Saved data entries
----------------

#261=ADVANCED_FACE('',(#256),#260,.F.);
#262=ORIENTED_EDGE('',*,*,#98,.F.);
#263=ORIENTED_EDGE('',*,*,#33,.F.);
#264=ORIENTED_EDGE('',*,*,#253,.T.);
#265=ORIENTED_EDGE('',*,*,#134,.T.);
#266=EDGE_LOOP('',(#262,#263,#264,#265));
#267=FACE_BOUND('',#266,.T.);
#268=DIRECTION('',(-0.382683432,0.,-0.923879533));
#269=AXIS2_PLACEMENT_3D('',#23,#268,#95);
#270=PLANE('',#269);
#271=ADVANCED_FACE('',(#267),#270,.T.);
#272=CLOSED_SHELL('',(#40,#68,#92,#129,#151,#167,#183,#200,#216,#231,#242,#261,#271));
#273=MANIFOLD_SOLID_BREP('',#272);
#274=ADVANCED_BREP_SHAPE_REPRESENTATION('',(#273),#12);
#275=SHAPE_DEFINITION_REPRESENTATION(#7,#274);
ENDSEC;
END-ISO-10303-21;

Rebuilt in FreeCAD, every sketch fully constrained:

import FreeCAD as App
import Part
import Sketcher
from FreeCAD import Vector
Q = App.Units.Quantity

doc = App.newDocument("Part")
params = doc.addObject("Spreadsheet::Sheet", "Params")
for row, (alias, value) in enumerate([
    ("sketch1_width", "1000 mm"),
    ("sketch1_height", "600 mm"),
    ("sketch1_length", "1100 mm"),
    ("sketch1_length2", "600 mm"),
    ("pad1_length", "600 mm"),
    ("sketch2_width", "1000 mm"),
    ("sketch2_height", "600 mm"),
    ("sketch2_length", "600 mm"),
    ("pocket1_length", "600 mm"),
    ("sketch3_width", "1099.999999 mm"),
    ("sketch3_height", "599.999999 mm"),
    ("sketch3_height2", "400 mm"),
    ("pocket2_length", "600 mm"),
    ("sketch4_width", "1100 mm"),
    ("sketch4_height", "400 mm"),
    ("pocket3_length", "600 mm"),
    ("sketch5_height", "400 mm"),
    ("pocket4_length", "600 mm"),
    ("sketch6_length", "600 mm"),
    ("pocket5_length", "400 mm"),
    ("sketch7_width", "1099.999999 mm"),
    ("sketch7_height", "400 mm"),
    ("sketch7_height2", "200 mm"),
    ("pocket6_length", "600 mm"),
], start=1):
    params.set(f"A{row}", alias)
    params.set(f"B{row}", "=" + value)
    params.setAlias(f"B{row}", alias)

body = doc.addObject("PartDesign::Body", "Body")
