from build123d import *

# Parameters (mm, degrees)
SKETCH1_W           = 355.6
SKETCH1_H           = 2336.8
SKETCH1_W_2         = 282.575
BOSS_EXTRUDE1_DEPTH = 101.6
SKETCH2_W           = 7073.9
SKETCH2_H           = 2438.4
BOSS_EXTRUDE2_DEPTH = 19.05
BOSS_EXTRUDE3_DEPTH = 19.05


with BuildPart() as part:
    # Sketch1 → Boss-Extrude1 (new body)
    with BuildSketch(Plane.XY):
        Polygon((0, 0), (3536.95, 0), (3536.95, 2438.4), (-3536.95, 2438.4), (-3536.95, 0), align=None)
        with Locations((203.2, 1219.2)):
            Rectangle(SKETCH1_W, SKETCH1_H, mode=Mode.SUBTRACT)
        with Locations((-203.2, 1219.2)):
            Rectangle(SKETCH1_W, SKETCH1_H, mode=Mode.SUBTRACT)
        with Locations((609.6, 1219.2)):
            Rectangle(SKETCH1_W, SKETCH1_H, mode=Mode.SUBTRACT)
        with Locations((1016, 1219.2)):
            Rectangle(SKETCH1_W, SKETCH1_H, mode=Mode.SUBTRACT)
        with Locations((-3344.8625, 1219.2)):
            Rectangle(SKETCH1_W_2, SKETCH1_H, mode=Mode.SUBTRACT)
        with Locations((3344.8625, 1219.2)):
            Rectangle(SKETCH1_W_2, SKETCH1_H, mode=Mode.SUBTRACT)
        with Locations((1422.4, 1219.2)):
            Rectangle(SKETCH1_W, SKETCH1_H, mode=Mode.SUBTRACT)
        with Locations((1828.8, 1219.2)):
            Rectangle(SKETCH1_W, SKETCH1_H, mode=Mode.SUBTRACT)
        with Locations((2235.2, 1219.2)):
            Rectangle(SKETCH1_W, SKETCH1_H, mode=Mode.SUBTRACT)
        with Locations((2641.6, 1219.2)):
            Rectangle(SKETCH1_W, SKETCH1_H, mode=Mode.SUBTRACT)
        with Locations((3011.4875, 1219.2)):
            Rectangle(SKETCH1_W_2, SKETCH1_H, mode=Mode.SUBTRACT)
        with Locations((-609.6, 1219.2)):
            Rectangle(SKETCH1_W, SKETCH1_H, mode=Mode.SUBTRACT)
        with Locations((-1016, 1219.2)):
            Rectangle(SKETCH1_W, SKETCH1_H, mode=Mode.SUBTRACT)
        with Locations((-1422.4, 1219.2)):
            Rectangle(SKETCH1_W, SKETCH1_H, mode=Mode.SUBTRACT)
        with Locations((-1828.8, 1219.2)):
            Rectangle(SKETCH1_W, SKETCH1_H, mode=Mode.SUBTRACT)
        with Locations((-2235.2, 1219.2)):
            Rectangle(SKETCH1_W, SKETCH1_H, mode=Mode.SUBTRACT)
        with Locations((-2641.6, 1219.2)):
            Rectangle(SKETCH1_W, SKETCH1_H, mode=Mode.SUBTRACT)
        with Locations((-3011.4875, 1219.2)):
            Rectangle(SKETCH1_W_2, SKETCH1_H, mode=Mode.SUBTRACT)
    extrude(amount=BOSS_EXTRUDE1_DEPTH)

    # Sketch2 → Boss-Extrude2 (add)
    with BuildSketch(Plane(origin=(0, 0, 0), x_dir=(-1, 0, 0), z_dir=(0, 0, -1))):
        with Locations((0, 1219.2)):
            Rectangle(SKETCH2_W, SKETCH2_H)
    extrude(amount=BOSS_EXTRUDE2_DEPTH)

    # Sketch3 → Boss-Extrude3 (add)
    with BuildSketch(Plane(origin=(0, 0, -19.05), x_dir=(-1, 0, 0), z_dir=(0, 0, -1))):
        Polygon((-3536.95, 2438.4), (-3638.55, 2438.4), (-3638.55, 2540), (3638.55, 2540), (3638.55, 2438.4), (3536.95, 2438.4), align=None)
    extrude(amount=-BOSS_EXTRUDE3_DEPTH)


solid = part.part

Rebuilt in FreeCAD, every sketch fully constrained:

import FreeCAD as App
import Part
import Sketcher
Q = App.Units.Quantity


def add_polygon(sketch, points):
    """Adds a closed chain of lines whose ends are joined by coincident constraints."""
    first, n = sketch.GeometryCount, len(points)
    for a, b in zip(points, points[1:] + points[:1]):
        sketch.addGeometry(Part.LineSegment(App.Vector(*a, 0), App.Vector(*b, 0)), False)
    for i in range(n):
        sketch.addConstraint(Sketcher.Constraint("Coincident", first + i, 2, first + (i + 1) % n, 1))

doc = App.newDocument("Part")
params = doc.addObject("Spreadsheet::Sheet", "Params")
for row, (alias, value) in enumerate([
    ("sketch1_width", "14 in"),
    ("sketch1_height", "96 in"),
    ("sketch1_height2", "92 in"),
    ("sketch1_width2", "278.5 in"),
    ("sketch1_width3", "11.125 in"),
    ("pad1_length", "4 in"),
    ("sketch2_height", "96 in"),
    ("sketch2_width", "278.5 in"),
    ("pad2_length", "0.75 in"),
    ("sketch3_height", "4 in"),
    ("sketch3_width", "286.5 in"),
    ("pad3_length", "0.75 in"),
], start=1):
    params.set(f"A{row}", alias)
    params.set(f"B{row}", "=" + value)
    params.setAlias(f"B{row}", alias)

body = doc.addObject("PartDesign::Body", "Body")

# Sketch on XY plane
sketch1 = body.newObject("Sketcher::SketchObject", "Sketch")
sketch1.AttachmentSupport = (doc.getObject("XY_Plane"), [""])
sketch1.MapMode = "FlatFace"
add_polygon(sketch1, [(3537, 0), (3537, 2438), (-3537, 2438), (-3537, 0)])  # lines 0-3
add_polygon(sketch1, [(-3204, 51), (-3486, 51), (-3486, 2388), (-3204, 2388)])  # lines 4-7
add_polygon(sketch1, [(-2870, 51), (-3153, 51), (-3153, 2388), (-2870, 2388)])  # lines 8-11
add_polygon(sketch1, [(-2464, 51), (-2819, 51), (-2819, 2388), (-2464, 2388)])  # lines 12-15
add_polygon(sketch1, [(-2057, 51), (-2413, 51), (-2413, 2388), (-2057, 2388)])  # lines 16-19
add_polygon(sketch1, [(-1651, 51), (-2007, 51), (-2007, 2388), (-1651, 2388)])  # lines 20-23
add_polygon(sketch1, [(-1245, 51), (-1600, 51), (-1600, 2388), (-1245, 2388)])  # lines 24-27
add_polygon(sketch1, [(-838, 51), (-1194, 51), (-1194, 2388), (-838, 2388)])  # lines 28-31
add_polygon(sketch1, [(-432, 51), (-787, 51), (-787, 2388), (-432, 2388)])  # lines 32-35
add_polygon(sketch1, [(-25, 51), (-381, 51), (-381, 2388), (-25, 2388)])  # lines 36-39
add_polygon(sketch1, [(381, 51), (25, 51), (25, 2388), (381, 2388)])  # lines 40-43
add_polygon(sketch1, [(787, 51), (432, 51), (432, 2388), (787, 2388)])  # lines 44-47
add_polygon(sketch1, [(1194, 51), (838, 51), (838, 2388), (1194, 2388)])  # lines 48-51
add_polygon(sketch1, [(1600, 51), (1245, 51), (1245, 2388), (1600, 2388)])  # lines 52-55
add_polygon(sketch1, [(2007, 51), (1651, 51), (1651, 2388), (2007, 2388)])  # lines 56-59
add_polygon(sketch1, [(2413, 51), (2057, 51), (2057, 2388), (2413, 2388)])  # lines 60-63
add_polygon(sketch1, [(2819, 51), (2464, 51), (2464, 2388), (2819, 2388)])  # lines 64-67
add_polygon(sketch1, [(3153, 51), (2870, 51), (2870, 2388), (3153, 2388)])  # lines 68-71
add_polygon(sketch1, [(3486, 51), (3204, 51), (3204, 2388), (3486, 2388)])  # lines 72-75
sketch1.addConstraint([
    Sketcher.Constraint("Vertical", 0),
    Sketcher.Constraint("Horizontal", 1),
    Sketcher.Constraint("Vertical", 2),
    Sketcher.Constraint("Horizontal", 3),
    Sketcher.Constraint("Horizontal", 4),
    Sketcher.Constraint("Vertical", 5),
    Sketcher.Constraint("Horizontal", 6),
    Sketcher.Constraint("Vertical", 7),
    Sketcher.Constraint("Horizontal", 8),
    Sketcher.Constraint("Vertical", 9),
    Sketcher.Constraint("Horizontal", 10),
    Sketcher.Constraint("Vertical", 11),
    Sketcher.Constraint("Horizontal", 12),
    Sketcher.Constraint("Vertical", 13),
    Sketcher.Constraint("Horizontal", 14),
    Sketcher.Constraint("Vertical", 15),
    Sketcher.Constraint("Horizontal", 16),
    Sketcher.Constraint("Vertical", 17),
    Sketcher.Constraint("Horizontal", 18),
    Sketcher.Constraint("Vertical", 19),
    Sketcher.Constraint("Horizontal", 20),
    Sketcher.Constraint("Vertical", 21),
    Sketcher.Constraint("Horizontal", 22),
    Sketcher.Constraint("Vertical", 23),
    Sketcher.Constraint("Horizontal", 24),
    Sketcher.Constraint("Vertical", 25),
    Sketcher.Constraint("Horizontal", 26),
    Sketcher.Constraint("Vertical", 27),
    Sketcher.Constraint("Horizontal", 28),
    Sketcher.Constraint("Vertical", 29),
    Sketcher.Constraint("Horizontal", 30),
    Sketcher.Constraint("Vertical", 31),
    Sketcher.Constraint("Horizontal", 32),
    Sketcher.Constraint("Vertical", 33),
    Sketcher.Constraint("Horizontal", 34),
    Sketcher.Constraint("Vertical", 35),
    Sketcher.Constraint("Horizontal", 36),
    Sketcher.Constraint("Vertical", 37),
    Sketcher.Constraint("Horizontal", 38),
    Sketcher.Constraint("Vertical", 39),
    Sketcher.Constraint("Horizontal", 40),
    Sketcher.Constraint("Vertical", 41),
    Sketcher.Constraint("Horizontal", 42),
    Sketcher.Constraint("Vertical", 43),
    Sketcher.Constraint("Horizontal", 44),
    Sketcher.Constraint("Vertical", 45),
    Sketcher.Constraint("Horizontal", 46),
    Sketcher.Constraint("Vertical", 47),
    Sketcher.Constraint("Horizontal", 48),
    Sketcher.Constraint("Vertical", 49),
    Sketcher.Constraint("Horizontal", 50),
    Sketcher.Constraint("Vertical", 51),
    Sketcher.Constraint("Horizontal", 52),
    Sketcher.Constraint("Vertical", 53),
    Sketcher.Constraint("Horizontal", 54),
    Sketcher.Constraint("Vertical", 55),
    Sketcher.Constraint("Horizontal", 56),
    Sketcher.Constraint("Vertical", 57),
    Sketcher.Constraint("Horizontal", 58),
    Sketcher.Constraint("Vertical", 59),
    Sketcher.Constraint("Horizontal", 60),
    Sketcher.Constraint("Vertical", 61),
    Sketcher.Constraint("Horizontal", 62),
    Sketcher.Constraint("Vertical", 63),
    Sketcher.Constraint("Horizontal", 64),
    Sketcher.Constraint("Vertical", 65),
    Sketcher.Constraint("Horizontal", 66),
    Sketcher.Constraint("Vertical", 67),
    Sketcher.Constraint("Horizontal", 68),
    Sketcher.Constraint("Vertical", 69),
    Sketcher.Constraint("Horizontal", 70),
    Sketcher.Constraint("Vertical", 71),
    Sketcher.Constraint("Horizontal", 72),
    Sketcher.Constraint("Vertical", 73),
    Sketcher.Constraint("Horizontal", 74),
    Sketcher.Constraint("Vertical", 75),
    Sketcher.Constraint("Symmetric", 2, 2, 3, 2, -1, 1),
    Sketcher.Constraint("Symmetric", 39, 2, 40, 2, -2),
    Sketcher.Constraint("Symmetric", 37, 2, 42, 2, -2),
    Sketcher.Constraint("Symmetric", 35, 2, 44, 2, -2),
    Sketcher.Constraint("Symmetric", 33, 2, 46, 2, -2),
    Sketcher.Constraint("Symmetric", 31, 2, 48, 2, -2),
    Sketcher.Constraint("Symmetric", 29, 2, 50, 2, -2),
    Sketcher.Constraint("Symmetric", 27, 2, 52, 2, -2),
    Sketcher.Constraint("Symmetric", 25, 2, 54, 2, -2),
    Sketcher.Constraint("Symmetric", 23, 2, 56, 2, -2),
    Sketcher.Constraint("Symmetric", 21, 2, 58, 2, -2),
    Sketcher.Constraint("Symmetric", 19, 2, 60, 2, -2),
    Sketcher.Constraint("Symmetric", 17, 2, 62, 2, -2),
    Sketcher.Constraint("Symmetric", 15, 2, 64, 2, -2),
    Sketcher.Constraint("Symmetric", 13, 2, 66, 2, -2),
    Sketcher.Constraint("Symmetric", 11, 2, 68, 2, -2),
    Sketcher.Constraint("Symmetric", 9, 2, 70, 2, -2),
    Sketcher.Constraint("Symmetric", 7, 2, 72, 2, -2),
    Sketcher.Constraint("Symmetric", 5, 2, 74, 2, -2),
    Sketcher.Constraint("Horizontal", 7, 2, 8, 2),
    Sketcher.Constraint("Horizontal", 6, 2, 9, 2),
    Sketcher.Constraint("Horizontal", 11, 2, 12, 2),
    Sketcher.Constraint("Horizontal", 10, 2, 13, 2),
    Sketcher.Constraint("Horizontal", 15, 2, 16, 2),
    Sketcher.Constraint("Horizontal", 14, 2, 17, 2),
    Sketcher.Constraint("Horizontal", 19, 2, 20, 2),
    Sketcher.Constraint("Horizontal", 18, 2, 21, 2),
    Sketcher.Constraint("Horizontal", 23, 2, 24, 2),
    Sketcher.Constraint("Horizontal", 22, 2, 25, 2),
    Sketcher.Constraint("Horizontal", 27, 2, 28, 2),
    Sketcher.Constraint("Horizontal", 26, 2, 29, 2),
    Sketcher.Constraint("Horizontal", 31, 2, 32, 2),
    Sketcher.Constraint("Horizontal", 30, 2, 33, 2),
    Sketcher.Constraint("Horizontal", 35, 2, 36, 2),
    Sketcher.Constraint("Horizontal", 34, 2, 37, 2),
    Sketcher.Constraint("Equal", 6, 8),
    Sketcher.Constraint("Equal", 14, 16),
    Sketcher.Constraint("Equal", 18, 20),
    Sketcher.Constraint("Equal", 22, 24),
    Sketcher.Constraint("Equal", 26, 28),
    Sketcher.Constraint("Equal", 30, 32),
    Sketcher.Constraint("Equal", 34, 36),
    Sketcher.Constraint("DistanceX", 12, 2, 12, 1, Q("14 in")),
    Sketcher.Constraint("DistanceY", 0, 1, 0, 2, Q("96 in")),
    Sketcher.Constraint("DistanceY", 5, 1, 5, 2, Q("92 in")),
    Sketcher.Constraint("DistanceX", 1, 2, 1, 1, Q("278.5 in")),
    Sketcher.Constraint("DistanceY", -1, 1, 4, 2, Q("2 in")),
    Sketcher.Constraint("DistanceX", 10, 2, -1, 1, Q("113 in")),
    Sketcher.Constraint("DistanceX", 12, 2, -1, 1, Q("111 in")),
    Sketcher.Constraint("DistanceX", 16, 2, -1, 1, Q("95 in")),
    Sketcher.Constraint("DistanceX", 20, 2, -1, 1, Q("79 in")),
    Sketcher.Constraint("DistanceX", 24, 2, -1, 1, Q("63 in")),
    Sketcher.Constraint("DistanceX", 28, 2, -1, 1, Q("47 in")),
    Sketcher.Constraint("DistanceX", 32, 2, -1, 1, Q("31 in")),
    Sketcher.Constraint("DistanceX", 36, 2, -1, 1, Q("15 in")),
    Sketcher.Constraint("DistanceX", 4, 2, 4, 1, Q("11.125 in")),
    Sketcher.Constraint("DistanceX", 4, 2, -1, 1, Q("137.25 in")),
])
sketch1.setExpression("Constraints[194]", "Params.sketch1_width")
sketch1.setExpression("Constraints[195]", "Params.sketch1_height")
sketch1.setExpression("Constraints[196]", "Params.sketch1_height2")
sketch1.setExpression("Constraints[197]", "Params.sketch1_width2")
sketch1.setExpression("Constraints[207]", "Params.sketch1_width3")
pad1 = body.newObject("PartDesign::Pad", "Pad")
pad1.Profile = sketch1
pad1.setExpression("Length", "Params.pad1_length")

# Sketch on XY plane
sketch2 = body.newObject("Sketcher::SketchObject", "Sketch001")
sketch2.AttachmentSupport = (doc.getObject("XY_Plane"), [""])
sketch2.MapMode = "FlatFace"
add_polygon(sketch2, [(3537, 2438), (3537, 0), (-3537, 0), (-3537, 2438)])  # lines 0-3
sketch2.addConstraint([
    Sketcher.Constraint("Vertical", 0),
    Sketcher.Constraint("Horizontal", 1),
    Sketcher.Constraint("Vertical", 2),
    Sketcher.Constraint("Horizontal", 3),
    Sketcher.Constraint("Symmetric", 0, 2, 1, 2, -1, 1),
    Sketcher.Constraint("DistanceY", 0, 2, 0, 1, Q("96 in")),
    Sketcher.Constraint("DistanceX", 1, 2, 1, 1, Q("278.5 in")),
])
sketch2.setExpression("Constraints[9]", "Params.sketch2_height")
sketch2.setExpression("Constraints[10]", "Params.sketch2_width")
pad2 = body.newObject("PartDesign::Pad", "Pad001")
pad2.Profile = sketch2
pad2.setExpression("Length", "Params.pad2_length")
pad2.Reversed = True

----------------

What you are asked to do:
Taking the records above, retype every line from the one with "#263=ORIENTED_EDGE('',*,*,#33,.F.);" down to the one with "#271=ADVANCED_FACE('',(#267),#270,.T.);", exactly and with nothing else.

Completed task:
#263=ORIENTED_EDGE('',*,*,#33,.F.);
#264=ORIENTED_EDGE('',*,*,#253,.T.);
#265=ORIENTED_EDGE('',*,*,#134,.T.);
#266=EDGE_LOOP('',(#262,#263,#264,#265));
#267=FACE_BOUND('',#266,.T.);
#268=DIRECTION('',(-0.382683432,0.,-0.923879533));
#269=AXIS2_PLACEMENT_3D('',#23,#268,#95);
#270=PLANE('',#269);
#271=ADVANCED_FACE('',(#267),#270,.T.);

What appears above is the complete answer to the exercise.